# Tube mods



## Nightwalker (15/1/16)

What is a decent regulated tube mod that takes a removable battery and still has a 22mm top, as most tanks are 22mm bases?


----------



## huffnpuff (15/1/16)

What power range you looking at? TC?


----------



## Nightwalker (15/1/16)

huffnpuff said:


> What power range you looking at? TC?


Won't need TC.
Actually any tube mod that has removable battery that is 22mm for Crius etc


----------



## blujeenz (15/1/16)

shaun patrick said:


> What is a decent regulated tube mod that takes a removable battery and still has a 22mm top, as most tanks are 22mm bases?
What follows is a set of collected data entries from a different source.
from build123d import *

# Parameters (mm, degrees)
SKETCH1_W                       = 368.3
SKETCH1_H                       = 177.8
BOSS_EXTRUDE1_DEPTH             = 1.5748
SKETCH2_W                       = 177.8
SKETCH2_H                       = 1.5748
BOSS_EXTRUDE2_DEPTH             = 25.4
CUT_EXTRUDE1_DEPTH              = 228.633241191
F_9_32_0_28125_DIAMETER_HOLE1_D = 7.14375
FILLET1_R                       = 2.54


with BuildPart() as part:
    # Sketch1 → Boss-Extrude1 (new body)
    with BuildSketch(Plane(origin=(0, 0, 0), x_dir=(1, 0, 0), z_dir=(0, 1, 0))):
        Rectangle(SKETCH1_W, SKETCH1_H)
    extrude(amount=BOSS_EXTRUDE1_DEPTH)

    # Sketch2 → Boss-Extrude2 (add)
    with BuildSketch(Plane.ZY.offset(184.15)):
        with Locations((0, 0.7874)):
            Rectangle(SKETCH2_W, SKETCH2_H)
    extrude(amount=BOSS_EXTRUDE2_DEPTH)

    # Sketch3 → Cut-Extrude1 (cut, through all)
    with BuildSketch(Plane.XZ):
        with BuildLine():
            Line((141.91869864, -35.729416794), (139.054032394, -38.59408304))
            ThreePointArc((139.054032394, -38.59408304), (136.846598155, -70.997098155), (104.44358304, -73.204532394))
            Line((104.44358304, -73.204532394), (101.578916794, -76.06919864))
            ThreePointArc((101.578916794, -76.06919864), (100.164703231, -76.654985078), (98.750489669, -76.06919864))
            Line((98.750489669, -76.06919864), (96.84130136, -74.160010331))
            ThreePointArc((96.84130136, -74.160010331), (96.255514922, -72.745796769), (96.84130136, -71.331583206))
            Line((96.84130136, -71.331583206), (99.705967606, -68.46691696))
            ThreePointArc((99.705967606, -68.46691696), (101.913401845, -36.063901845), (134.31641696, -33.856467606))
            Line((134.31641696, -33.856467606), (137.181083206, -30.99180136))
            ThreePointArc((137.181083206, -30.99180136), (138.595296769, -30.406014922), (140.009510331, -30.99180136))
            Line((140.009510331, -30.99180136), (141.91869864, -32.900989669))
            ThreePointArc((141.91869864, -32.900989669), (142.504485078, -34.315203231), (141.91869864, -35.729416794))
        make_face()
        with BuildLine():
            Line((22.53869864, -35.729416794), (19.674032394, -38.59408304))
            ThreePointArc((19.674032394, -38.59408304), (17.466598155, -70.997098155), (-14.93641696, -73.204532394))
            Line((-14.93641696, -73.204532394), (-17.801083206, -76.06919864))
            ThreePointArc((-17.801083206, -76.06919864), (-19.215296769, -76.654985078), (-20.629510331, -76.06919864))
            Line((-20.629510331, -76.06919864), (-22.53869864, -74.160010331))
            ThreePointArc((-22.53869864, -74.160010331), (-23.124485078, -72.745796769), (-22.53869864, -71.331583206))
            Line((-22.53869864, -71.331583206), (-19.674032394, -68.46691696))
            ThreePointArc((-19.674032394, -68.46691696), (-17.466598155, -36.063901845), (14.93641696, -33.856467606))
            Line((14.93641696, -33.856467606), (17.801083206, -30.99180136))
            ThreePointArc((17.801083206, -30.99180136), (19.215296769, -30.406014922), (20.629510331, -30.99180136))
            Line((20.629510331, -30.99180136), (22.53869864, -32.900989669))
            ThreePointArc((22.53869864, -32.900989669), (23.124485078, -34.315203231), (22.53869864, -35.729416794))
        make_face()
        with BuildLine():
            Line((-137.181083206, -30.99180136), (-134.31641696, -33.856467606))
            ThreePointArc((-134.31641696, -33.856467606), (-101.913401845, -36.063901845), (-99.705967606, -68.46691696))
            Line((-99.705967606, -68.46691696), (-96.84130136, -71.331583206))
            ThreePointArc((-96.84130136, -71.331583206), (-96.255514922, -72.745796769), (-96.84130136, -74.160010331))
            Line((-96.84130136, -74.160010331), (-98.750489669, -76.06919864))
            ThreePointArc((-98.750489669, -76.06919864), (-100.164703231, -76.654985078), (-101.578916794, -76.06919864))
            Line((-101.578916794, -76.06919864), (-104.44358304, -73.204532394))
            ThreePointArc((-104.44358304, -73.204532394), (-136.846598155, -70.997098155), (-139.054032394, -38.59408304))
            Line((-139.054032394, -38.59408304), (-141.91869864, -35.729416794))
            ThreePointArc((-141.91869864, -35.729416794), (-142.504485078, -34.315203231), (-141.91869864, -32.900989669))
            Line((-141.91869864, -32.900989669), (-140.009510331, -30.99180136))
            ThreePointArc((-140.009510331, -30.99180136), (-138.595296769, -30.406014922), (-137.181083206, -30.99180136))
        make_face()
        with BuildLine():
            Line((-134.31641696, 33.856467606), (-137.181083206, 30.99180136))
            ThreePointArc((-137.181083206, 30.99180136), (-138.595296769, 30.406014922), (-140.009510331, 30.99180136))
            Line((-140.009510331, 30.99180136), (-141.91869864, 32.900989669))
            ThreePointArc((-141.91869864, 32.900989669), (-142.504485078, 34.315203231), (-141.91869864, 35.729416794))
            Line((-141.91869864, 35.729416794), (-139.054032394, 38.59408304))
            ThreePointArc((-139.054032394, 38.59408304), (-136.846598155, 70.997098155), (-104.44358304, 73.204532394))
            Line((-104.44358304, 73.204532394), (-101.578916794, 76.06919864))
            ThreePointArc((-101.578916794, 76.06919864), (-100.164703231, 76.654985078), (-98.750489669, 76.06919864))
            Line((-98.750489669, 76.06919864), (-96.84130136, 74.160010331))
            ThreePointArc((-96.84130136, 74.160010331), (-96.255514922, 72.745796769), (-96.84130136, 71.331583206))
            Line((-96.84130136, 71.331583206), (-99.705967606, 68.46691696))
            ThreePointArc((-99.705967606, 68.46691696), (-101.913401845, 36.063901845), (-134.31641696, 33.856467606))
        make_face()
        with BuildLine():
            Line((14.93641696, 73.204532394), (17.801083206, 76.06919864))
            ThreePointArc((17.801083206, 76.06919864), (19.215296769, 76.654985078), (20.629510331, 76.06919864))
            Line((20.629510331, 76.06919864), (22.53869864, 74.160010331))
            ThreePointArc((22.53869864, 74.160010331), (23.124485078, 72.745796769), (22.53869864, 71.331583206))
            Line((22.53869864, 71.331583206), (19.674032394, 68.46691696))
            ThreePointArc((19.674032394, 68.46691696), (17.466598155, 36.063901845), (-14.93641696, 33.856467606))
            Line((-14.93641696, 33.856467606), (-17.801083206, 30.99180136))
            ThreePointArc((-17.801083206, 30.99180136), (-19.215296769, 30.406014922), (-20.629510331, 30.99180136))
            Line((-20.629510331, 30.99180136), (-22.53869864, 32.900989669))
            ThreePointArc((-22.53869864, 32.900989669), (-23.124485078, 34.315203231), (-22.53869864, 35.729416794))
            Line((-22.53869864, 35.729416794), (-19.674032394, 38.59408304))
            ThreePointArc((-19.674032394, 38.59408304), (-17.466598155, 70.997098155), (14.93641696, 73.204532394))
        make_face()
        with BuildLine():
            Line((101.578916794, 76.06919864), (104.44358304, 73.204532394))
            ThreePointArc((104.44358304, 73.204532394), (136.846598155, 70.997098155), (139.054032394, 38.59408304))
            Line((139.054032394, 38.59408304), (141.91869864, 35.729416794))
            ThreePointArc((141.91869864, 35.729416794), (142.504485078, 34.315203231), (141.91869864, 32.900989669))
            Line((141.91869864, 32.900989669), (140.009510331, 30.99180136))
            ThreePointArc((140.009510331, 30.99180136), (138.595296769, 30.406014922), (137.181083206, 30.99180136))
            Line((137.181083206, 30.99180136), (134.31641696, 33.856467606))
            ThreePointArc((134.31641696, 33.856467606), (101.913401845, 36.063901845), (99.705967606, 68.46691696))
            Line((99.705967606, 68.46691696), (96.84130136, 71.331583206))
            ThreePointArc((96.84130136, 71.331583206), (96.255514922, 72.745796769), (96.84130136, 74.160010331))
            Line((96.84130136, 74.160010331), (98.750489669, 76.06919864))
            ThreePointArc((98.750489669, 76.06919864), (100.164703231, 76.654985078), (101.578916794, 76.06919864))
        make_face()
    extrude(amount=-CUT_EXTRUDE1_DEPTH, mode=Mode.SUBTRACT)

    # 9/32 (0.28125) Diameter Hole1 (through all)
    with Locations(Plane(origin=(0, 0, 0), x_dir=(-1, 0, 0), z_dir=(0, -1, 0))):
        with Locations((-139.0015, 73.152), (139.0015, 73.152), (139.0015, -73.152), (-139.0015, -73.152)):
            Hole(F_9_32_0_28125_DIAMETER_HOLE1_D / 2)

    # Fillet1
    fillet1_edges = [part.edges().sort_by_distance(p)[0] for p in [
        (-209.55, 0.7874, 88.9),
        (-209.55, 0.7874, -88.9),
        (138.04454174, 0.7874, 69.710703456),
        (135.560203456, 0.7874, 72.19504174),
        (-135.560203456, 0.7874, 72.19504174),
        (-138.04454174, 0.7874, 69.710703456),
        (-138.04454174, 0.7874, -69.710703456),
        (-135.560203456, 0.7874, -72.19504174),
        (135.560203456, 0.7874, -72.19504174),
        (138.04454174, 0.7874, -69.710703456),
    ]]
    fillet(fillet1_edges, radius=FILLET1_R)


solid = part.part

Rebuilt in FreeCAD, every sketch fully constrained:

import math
import FreeCAD as App
import Part
import Sketcher

V = App.Vector
Q = App.Units.Quantity


def edges_at(feature, points):
    """Names of the edges that pass closest to the given points."""
    edges = feature.Shape.Edges
    near = lambda p: min(range(len(edges)), key=lambda i: edges[i].distToShape(Part.Vertex(*p))[0])
    return sorted({f"Edge{near(p) + 1}" for p in points})

doc = App.newDocument("Part")
body = doc.addObject("PartDesign::Body", "Body")

# Sketch on XZ plane
sketch1 = doc.addObject("Sketcher::SketchObject", "Sketch")
body.addObject(sketch1)
sketch1.AttachmentSupport = (doc.XZ_Plane, [""])
sketch1.MapMode = "FlatFace"
sketch1.addGeometry([
    Part.LineSegment(V(-184, -89, 0), V(-184, 89, 0)),
    Part.LineSegment(V(-184, 89, 0), V(184, 89, 0)),
    Part.LineSegment(V(184, 89, 0), V(184, -89, 0)),
    Part.LineSegment(V(184, -89, 0), V(-184, -89, 0)),
], False)
sketch1.addConstraint([
    Sketcher.Constraint("Coincident", 0, 2, 1, 1),
    Sketcher.Constraint("Coincident", 1, 2, 2, 1),
    Sketcher.Constraint("Coincident", 2, 2, 3, 1),
    Sketcher.Constraint("Coincident", 3, 2, 0, 1),
    Sketcher.Constraint("Vertical", 0),
    Sketcher.Constraint("Horizontal", 1),
    Sketcher.Constraint("Vertical", 2),
    Sketcher.Constraint("Horizontal", 3),
    Sketcher.Constraint("Symmetric", 0, 2, 2, 2, -1, 1),
    Sketcher.Constraint("DistanceY", 0, 1, 0, 2, Q("7 in")),
    Sketcher.Constraint("DistanceX", 1, 1, 1, 2, Q("14.5 in")),
])
pad1 = doc.addObject("PartDesign::Pad", "Pad")
body.addObject(pad1)
pad1.Profile = sketch1
pad1.Length = Q("0.062 in")
pad1.Reversed = True

# Sketch on YZ plane
sketch2 = doc.addObject("Sketcher::SketchObject", "Sketch001")
body.addObject(sketch2)
sketch2.AttachmentSupport = (doc.YZ_Plane, [""])
sketch2.MapMode = "FlatFace"
sketch2.AttachmentOffset = App.Placement(V(0, 0, -7.25 * 25.4), App.Rotation())
sketch2.addGeometry([
    Part.LineSegment(V(1.6, -88.9, 0), V(0, -88.9, 0)),
    Part.LineSegment(V(0, -88.9, 0), V(0, 88.9, 0)),
    Part.LineSegment(V(0, 88.9, 0), V(1.6, 88.9, 0)),
    Part.LineSegment(V(1.6, 88.9, 0), V(1.6, -88.9, 0)),
], False)
sketch2.addConstraint([
    Sketcher.Constraint("Coincident", 0, 2, 1, 1),
    Sketcher.Constraint("Coincident", 1, 2, 2, 1),
    Sketcher.Constraint("Coincident", 2, 2, 3, 1),
    Sketcher.Constraint("Coincident", 3, 2, 0, 1),
    Sketcher.Constraint("Horizontal", 0),
    Sketcher.Constraint("Vertical", 1),
    Sketcher.Constraint("Horizontal", 2),
    Sketcher.Constraint("Vertical", 3),
    Sketcher.Constraint("Symmetric", 0, 2, 1, 2, -1, 1),
    Sketcher.Constraint("DistanceY", 1, 1, 1, 2, Q("7 in")),
    Sketcher.Constraint("DistanceX", 0, 2, 0, 1, Q("0.062 in")),
])
pad2 = doc.addObject("PartDesign::Pad", "Pad001")
body.addObject(pad2)
pad2.Profile = sketch2
pad2.Length = Q("1 in")
pad2.Reversed = True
Evic Supreme, loads of features, 30W depending on 18650 used, software for the PC and it has a mini usb to charge if you need that option.

Reactions: Like 1


----------



## Nightwalker (15/1/16)

blujeenz said:


> Evic Supreme, loads of features, 30W depending on 18650 used, software for the PC and it has a mini usb to charge if you need that option.


Who sells it?


----------



## blujeenz (15/1/16)

shaun patrick said:


> Who sells it?


Dunno.
I bought just the controller head from Vapemob, but that wont help you as it doesnt have the connect ring.
Maybe someone is wanting to sell their 2nd hand one, try the "*Who has stock*" section first.

Reactions: Like 1


----------



## Rob Fisher (15/1/16)

Just a word of advice here... a lot of those old regulated tube mods *do NOT* do low coil builds! So if you are an ardent sub ohmer then check before you buy that the specific mod will fire your builds.

Reactions: Agree 3 | Winner 1


----------



## Nightwalker (15/1/16)

Rob Fisher said:


> Just a word of advice here... a lot of those old regulated tube mods *do NOT* do low coil builds! So if you are an ardent sub ohmer then check before you buy that the specific mod will fire your builds.


Ironically I was thinking about it. Why cldnt ijust2 have removable battery!!??!!
Well I suppose if I bang it with a hammer it would come out


----------



## shabbar (15/1/16)

I have to agree with rob , these devices were out a long time ago. get yourself something new that wont be obsolete in a few months , ie 200w capable devices

Reactions: Like 1


----------



## Nightwalker (15/1/16)

shabbar said:


> I have to agree with rob , these devices were out a long time ago. get yourself something new that wont be obsolete in a few months , ie 200w capable devices


I have my big girl, Rx200. She is going nowhere. But I just like tubes for some reason. 
Definitely getting the smok pipe when it arrives


----------



## shabbar (15/1/16)

and i for one hate tube mods , lol !

Reactions: Funny 1


----------



## Lingogrey (15/1/16)

shaun patrick said:


> I have my big girl, Rx200. She is going nowhere. But I just like tubes for some reason.
> Definitely getting the smok pipe when it arrives


Hi @shaun patrick

This looks like something you might be interested in? http://www.apolloecigs.com/product-p/vtube4-body.htm
http://vaping360.com/apollo-v-tube-4-review-50w-regulated-tube-mod-capable-of-0-2ohm/ 

It's a bit pricey for what it offers IMHO though and you would probably have to import (I see that the company themselves do international shipping via USPS Priority for $ 19.95)

Reactions: Winner 1


----------



## huffnpuff (15/1/16)

I think currently the top of VW TC tube mods are dicodes mods... the cheapest. Why not just get a small box like the VTC?


----------



## Nightwalker (15/1/16)

Lingogrey said:


> Hi @shaun patrick
> 
> This looks like something you might be interested in? http://www.apolloecigs.com/product-p/vtube4-body.htm
> http://vaping360.com/apollo-v-tube-4-review-50w-regulated-tube-mod-capable-of-0-2ohm/
> ...


Thanks bud

Reactions: Like 1


----------